_Goal of the exercise:_ Please retype the listing below exactly, from its opening line through the line where "#310=FACE_BOUND('',#309,.T.);" appears.

_Provided material:_

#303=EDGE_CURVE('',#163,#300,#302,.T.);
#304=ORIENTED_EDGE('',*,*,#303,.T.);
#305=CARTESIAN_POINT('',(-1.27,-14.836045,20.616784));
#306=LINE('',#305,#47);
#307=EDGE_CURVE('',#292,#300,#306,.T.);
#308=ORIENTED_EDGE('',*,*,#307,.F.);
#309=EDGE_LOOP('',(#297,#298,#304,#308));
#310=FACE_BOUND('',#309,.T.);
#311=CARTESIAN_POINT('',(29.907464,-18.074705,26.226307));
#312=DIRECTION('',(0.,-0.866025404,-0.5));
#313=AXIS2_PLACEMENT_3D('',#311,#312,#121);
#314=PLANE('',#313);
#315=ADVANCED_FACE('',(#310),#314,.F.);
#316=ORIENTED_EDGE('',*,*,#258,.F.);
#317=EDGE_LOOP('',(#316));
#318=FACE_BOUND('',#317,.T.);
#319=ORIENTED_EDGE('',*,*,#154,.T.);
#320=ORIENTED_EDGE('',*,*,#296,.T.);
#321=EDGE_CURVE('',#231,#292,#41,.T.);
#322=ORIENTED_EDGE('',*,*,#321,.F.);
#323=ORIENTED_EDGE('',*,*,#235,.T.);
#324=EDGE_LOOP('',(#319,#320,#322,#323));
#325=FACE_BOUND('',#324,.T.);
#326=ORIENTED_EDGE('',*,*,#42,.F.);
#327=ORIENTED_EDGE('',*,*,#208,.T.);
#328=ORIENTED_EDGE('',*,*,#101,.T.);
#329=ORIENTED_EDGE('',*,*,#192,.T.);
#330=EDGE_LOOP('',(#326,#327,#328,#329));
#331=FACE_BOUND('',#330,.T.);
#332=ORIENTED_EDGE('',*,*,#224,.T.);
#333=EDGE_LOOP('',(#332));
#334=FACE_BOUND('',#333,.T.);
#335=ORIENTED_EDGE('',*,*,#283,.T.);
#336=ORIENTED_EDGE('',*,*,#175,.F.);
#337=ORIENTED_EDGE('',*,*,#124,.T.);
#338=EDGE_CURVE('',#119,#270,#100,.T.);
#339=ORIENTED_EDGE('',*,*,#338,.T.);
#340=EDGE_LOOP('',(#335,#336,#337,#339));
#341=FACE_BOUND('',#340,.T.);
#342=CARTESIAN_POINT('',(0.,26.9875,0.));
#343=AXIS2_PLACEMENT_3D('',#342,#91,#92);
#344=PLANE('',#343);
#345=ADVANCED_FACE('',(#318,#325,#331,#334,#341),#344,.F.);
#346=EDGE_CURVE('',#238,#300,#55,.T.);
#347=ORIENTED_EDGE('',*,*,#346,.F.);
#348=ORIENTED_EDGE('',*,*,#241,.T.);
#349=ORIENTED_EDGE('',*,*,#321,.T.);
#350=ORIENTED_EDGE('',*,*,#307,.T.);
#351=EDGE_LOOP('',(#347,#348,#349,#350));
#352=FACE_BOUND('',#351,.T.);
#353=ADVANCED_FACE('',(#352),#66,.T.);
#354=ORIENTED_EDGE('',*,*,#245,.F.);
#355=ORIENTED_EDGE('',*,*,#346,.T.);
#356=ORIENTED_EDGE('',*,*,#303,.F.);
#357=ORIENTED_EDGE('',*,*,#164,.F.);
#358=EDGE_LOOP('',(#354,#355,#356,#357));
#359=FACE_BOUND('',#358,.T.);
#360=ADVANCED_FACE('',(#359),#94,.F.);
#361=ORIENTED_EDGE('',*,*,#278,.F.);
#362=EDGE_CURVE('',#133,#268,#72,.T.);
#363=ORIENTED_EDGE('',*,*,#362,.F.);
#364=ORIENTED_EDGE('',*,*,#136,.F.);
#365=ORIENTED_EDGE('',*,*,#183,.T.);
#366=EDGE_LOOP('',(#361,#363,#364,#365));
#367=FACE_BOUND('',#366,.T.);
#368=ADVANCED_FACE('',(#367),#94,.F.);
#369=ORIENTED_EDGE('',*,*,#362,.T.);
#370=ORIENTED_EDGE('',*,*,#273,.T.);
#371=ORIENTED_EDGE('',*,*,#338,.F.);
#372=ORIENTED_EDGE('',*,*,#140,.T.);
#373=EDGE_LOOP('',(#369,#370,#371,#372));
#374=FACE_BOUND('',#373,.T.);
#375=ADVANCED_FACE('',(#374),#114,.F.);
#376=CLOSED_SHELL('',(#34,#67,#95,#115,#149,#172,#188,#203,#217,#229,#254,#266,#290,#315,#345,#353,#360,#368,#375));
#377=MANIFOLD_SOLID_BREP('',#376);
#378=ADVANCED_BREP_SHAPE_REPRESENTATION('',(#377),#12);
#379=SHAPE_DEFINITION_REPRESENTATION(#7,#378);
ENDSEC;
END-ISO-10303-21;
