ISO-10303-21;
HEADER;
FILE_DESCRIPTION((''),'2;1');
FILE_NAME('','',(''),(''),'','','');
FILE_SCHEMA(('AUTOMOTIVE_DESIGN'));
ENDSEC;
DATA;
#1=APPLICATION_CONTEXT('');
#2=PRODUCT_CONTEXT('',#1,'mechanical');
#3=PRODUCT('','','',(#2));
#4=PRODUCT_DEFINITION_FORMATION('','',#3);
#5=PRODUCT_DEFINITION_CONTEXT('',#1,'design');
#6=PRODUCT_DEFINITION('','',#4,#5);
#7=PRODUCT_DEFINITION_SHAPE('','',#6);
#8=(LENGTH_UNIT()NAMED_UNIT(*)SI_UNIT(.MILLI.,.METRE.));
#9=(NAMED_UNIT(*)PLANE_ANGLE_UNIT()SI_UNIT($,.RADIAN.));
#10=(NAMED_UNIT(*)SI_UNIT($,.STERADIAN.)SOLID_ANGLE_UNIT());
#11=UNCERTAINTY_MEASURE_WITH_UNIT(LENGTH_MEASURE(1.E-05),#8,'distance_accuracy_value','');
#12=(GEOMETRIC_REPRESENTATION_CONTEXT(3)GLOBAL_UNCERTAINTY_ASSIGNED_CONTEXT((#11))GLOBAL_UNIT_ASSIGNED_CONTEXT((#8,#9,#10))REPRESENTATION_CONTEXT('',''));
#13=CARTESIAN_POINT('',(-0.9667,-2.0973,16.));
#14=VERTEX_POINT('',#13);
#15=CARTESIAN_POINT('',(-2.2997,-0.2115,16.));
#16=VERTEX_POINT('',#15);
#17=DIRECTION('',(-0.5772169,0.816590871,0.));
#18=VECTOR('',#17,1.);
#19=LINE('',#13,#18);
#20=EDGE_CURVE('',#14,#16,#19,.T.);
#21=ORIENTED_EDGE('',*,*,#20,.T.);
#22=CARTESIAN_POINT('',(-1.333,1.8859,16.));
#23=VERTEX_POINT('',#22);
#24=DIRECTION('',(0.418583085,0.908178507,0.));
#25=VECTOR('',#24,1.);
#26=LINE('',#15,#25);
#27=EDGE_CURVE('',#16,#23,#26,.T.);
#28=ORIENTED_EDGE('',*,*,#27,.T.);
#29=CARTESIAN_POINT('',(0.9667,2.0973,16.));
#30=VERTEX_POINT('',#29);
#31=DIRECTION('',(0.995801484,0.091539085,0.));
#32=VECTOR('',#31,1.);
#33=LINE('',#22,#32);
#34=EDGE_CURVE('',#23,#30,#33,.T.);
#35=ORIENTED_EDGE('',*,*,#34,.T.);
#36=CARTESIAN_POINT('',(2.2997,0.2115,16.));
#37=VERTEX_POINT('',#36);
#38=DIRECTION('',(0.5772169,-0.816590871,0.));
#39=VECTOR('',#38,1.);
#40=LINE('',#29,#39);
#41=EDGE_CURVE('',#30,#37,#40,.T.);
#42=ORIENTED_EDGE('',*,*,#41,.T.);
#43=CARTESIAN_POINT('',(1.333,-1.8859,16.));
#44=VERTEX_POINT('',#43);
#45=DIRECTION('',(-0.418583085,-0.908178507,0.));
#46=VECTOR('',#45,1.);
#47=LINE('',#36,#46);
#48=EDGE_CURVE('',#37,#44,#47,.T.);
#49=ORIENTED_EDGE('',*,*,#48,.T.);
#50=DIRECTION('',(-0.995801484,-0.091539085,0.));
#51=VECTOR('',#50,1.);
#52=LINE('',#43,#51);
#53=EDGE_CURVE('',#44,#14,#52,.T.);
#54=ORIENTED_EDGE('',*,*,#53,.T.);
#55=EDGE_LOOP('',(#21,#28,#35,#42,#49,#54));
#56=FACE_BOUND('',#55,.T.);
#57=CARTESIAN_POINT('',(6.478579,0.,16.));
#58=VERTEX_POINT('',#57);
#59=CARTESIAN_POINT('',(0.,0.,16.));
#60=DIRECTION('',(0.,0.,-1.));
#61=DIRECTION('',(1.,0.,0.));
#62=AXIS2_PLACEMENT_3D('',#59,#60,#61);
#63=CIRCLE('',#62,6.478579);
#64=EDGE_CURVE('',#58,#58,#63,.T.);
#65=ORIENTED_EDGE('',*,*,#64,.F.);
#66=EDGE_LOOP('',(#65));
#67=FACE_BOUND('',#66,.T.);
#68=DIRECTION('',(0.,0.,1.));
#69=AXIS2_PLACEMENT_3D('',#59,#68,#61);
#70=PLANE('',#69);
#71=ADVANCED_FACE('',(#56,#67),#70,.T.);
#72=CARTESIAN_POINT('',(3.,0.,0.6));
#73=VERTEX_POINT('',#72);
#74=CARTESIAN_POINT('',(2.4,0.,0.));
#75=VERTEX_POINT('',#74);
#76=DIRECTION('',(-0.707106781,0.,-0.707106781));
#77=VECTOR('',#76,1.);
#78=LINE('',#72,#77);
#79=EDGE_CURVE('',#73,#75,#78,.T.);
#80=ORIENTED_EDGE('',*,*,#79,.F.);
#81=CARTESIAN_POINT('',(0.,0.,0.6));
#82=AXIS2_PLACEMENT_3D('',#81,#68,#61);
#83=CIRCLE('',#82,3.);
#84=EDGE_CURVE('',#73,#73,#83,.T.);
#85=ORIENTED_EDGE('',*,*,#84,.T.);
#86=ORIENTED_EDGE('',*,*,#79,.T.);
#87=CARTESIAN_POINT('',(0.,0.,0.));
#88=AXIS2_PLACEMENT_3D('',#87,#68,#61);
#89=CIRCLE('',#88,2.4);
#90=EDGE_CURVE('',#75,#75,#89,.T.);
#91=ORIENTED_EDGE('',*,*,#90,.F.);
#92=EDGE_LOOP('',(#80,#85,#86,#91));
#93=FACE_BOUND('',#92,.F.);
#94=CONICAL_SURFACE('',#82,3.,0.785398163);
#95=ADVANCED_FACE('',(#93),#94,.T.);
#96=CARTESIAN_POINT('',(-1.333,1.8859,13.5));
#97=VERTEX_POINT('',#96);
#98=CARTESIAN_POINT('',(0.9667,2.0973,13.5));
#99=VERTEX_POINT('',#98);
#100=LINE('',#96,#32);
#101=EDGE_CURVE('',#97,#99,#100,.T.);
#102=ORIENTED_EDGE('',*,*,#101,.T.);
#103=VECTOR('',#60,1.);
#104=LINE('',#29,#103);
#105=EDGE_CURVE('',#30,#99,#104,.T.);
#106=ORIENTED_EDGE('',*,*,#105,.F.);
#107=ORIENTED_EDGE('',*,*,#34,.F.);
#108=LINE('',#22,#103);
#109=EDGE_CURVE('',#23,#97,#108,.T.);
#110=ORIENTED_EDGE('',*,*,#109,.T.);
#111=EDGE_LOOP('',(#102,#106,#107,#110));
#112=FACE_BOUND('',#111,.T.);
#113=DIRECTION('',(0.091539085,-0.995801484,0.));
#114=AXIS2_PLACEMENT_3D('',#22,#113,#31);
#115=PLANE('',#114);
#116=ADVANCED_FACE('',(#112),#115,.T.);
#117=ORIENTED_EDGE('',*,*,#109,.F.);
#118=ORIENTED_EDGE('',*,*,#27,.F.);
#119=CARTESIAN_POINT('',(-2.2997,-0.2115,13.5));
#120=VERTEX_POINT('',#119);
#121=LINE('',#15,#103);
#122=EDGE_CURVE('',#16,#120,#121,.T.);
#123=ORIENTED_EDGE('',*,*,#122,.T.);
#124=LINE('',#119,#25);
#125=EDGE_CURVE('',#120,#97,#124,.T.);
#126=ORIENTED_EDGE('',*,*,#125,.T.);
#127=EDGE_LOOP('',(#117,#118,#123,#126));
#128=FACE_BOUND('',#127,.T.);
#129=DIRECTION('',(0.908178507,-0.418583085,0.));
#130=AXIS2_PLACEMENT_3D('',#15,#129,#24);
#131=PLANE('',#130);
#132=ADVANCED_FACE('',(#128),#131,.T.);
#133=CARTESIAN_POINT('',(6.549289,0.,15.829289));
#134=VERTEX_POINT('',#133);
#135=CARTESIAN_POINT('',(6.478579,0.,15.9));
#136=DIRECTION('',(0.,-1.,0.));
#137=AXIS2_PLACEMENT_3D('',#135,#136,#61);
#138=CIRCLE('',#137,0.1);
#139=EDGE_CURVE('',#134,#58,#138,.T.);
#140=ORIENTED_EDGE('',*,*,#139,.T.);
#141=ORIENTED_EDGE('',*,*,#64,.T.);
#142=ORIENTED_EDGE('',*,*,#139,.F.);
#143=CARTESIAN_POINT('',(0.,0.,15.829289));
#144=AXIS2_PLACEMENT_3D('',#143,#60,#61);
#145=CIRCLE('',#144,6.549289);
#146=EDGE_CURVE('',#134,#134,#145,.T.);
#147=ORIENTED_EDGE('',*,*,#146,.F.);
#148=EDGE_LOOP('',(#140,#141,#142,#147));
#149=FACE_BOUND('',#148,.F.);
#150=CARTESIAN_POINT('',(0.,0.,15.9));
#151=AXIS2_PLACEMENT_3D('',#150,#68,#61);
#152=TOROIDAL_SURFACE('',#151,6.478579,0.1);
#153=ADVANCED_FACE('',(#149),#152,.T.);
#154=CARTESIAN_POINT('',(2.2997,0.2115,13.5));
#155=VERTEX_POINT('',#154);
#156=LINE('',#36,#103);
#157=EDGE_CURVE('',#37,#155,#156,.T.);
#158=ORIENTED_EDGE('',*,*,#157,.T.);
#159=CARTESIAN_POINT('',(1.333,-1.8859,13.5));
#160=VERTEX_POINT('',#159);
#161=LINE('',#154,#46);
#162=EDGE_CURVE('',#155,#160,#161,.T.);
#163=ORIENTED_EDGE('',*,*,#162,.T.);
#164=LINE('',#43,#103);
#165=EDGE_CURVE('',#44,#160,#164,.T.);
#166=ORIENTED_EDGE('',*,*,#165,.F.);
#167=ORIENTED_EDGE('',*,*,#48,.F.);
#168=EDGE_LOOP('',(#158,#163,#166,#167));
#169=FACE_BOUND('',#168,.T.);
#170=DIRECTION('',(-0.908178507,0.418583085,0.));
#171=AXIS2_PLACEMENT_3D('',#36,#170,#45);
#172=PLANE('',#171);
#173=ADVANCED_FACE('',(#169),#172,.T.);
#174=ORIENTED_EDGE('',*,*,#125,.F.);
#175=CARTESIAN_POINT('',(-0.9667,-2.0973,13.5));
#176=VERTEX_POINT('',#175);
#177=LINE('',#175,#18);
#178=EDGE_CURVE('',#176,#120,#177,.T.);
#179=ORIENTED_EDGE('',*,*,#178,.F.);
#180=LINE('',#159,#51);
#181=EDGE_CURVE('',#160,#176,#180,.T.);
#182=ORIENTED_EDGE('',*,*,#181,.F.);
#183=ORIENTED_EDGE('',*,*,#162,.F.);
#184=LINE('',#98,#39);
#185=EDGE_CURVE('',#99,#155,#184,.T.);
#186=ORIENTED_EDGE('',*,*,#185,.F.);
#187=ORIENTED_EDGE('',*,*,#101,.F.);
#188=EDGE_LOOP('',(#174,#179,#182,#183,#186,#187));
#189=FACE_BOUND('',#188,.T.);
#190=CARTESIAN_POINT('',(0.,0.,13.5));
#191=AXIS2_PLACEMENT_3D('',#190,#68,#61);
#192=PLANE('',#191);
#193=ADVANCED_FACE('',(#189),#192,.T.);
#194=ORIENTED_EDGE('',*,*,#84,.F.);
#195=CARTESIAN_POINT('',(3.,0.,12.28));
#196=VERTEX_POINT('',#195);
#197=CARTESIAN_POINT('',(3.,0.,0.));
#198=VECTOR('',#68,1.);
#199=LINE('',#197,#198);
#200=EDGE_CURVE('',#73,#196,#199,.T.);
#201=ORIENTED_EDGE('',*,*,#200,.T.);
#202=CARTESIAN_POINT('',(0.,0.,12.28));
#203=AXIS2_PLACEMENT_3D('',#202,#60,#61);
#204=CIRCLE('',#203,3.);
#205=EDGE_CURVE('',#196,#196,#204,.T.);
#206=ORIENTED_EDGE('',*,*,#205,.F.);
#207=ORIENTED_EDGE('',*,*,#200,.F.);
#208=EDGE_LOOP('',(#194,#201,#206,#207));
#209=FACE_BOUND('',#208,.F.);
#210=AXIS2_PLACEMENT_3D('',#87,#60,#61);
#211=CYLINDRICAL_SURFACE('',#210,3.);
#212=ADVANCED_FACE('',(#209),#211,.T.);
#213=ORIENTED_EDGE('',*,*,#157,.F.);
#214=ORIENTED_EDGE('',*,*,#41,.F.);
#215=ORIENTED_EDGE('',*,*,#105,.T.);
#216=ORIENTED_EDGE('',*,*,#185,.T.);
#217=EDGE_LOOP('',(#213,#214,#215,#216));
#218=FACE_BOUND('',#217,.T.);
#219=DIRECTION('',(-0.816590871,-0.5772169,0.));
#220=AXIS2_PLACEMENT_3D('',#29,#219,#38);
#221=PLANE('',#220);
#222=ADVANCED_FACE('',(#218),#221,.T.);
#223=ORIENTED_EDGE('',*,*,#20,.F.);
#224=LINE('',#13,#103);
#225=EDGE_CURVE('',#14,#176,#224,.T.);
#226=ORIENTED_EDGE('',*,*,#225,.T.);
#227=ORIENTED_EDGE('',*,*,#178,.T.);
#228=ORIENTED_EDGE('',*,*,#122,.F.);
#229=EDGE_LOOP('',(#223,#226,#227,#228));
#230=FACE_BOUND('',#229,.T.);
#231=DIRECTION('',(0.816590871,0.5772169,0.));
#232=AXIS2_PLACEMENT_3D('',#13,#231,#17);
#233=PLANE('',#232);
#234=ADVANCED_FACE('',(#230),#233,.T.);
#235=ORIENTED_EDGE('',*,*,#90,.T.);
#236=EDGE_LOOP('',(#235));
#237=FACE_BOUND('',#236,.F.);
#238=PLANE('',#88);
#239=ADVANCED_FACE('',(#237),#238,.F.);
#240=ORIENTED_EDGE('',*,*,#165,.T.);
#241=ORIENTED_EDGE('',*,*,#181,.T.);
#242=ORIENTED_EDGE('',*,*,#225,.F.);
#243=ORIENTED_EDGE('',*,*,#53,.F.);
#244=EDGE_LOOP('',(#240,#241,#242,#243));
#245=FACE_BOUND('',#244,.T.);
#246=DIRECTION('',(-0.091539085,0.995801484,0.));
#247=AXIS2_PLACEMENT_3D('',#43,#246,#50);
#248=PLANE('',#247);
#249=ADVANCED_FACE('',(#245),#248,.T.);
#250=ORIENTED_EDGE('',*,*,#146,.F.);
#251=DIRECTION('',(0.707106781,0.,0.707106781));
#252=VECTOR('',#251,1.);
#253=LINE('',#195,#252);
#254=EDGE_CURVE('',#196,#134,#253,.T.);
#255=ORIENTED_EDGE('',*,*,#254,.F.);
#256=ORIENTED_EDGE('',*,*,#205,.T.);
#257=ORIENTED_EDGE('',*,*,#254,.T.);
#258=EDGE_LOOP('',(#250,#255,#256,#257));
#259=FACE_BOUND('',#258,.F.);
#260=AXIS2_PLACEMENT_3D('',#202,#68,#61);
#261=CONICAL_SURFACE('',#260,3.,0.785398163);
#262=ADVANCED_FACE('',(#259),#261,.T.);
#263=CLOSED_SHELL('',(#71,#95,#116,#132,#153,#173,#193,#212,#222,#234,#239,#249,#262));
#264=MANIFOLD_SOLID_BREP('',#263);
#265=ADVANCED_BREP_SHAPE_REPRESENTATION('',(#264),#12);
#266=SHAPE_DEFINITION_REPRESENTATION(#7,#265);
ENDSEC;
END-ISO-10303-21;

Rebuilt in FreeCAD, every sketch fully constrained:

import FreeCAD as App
import Part
import Sketcher
from FreeCAD import Vector
Q = App.Units.Quantity


def edges_at(feature, points):
    """Names of the edges that pass closest to the given points."""
    edges = feature.Shape.Edges
    near = lambda p: min(range(len(edges)), key=lambda i: edges[i].distToShape(Part.Vertex(*p))[0])
    return sorted({f"Edge{near(p) + 1}" for p in points})


def add_polygon(sketch, points):
    """Adds a closed chain of lines whose ends are joined by coincident constraints."""
    first, n = sketch.GeometryCount, len(points)
    for a, b in zip(points, points[1:] + points[:1]):
        sketch.addGeometry(Part.LineSegment(App.Vector(*a, 0), App.Vector(*b, 0)), False)
    for i in range(n):
        sketch.addConstraint(Sketcher.Constraint("Coincident", first + i, 2, first + (i + 1) % n, 1))

doc = App.newDocument("Part")
body = doc.addObject("PartDesign::Body", "Body")

# Sketch on XY plane
sketch1 = body.newObject("Sketcher::SketchObject", "Sketch")
sketch1.AttachmentSupport = (doc.getObject("XY_Plane"), [""])
sketch1.MapMode = "FlatFace"
sketch1.addGeometry(Part.Circle(Vector(0, 0, 0), Vector(0, 0, 1), 3), False)
sketch1.addConstraint(Sketcher.Constraint("Coincident", 0, 3, -1, 1))
sketch1.addConstraint(Sketcher.Constraint("Diameter", 0, Q("6 mm")))
pad1 = body.newObject("PartDesign::Pad", "Pad")
pad1.Profile = sketch1
pad1.Length = 12.28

_Reply:_
#303=EDGE_CURVE('',#163,#300,#302,.T.);
#304=ORIENTED_EDGE('',*,*,#303,.T.);
#305=CARTESIAN_POINT('',(-1.27,-14.836045,20.616784));
#306=LINE('',#305,#47);
#307=EDGE_CURVE('',#292,#300,#306,.T.);
#308=ORIENTED_EDGE('',*,*,#307,.F.);
#309=EDGE_LOOP('',(#297,#298,#304,#308));
#310=FACE_BOUND('',#309,.T.);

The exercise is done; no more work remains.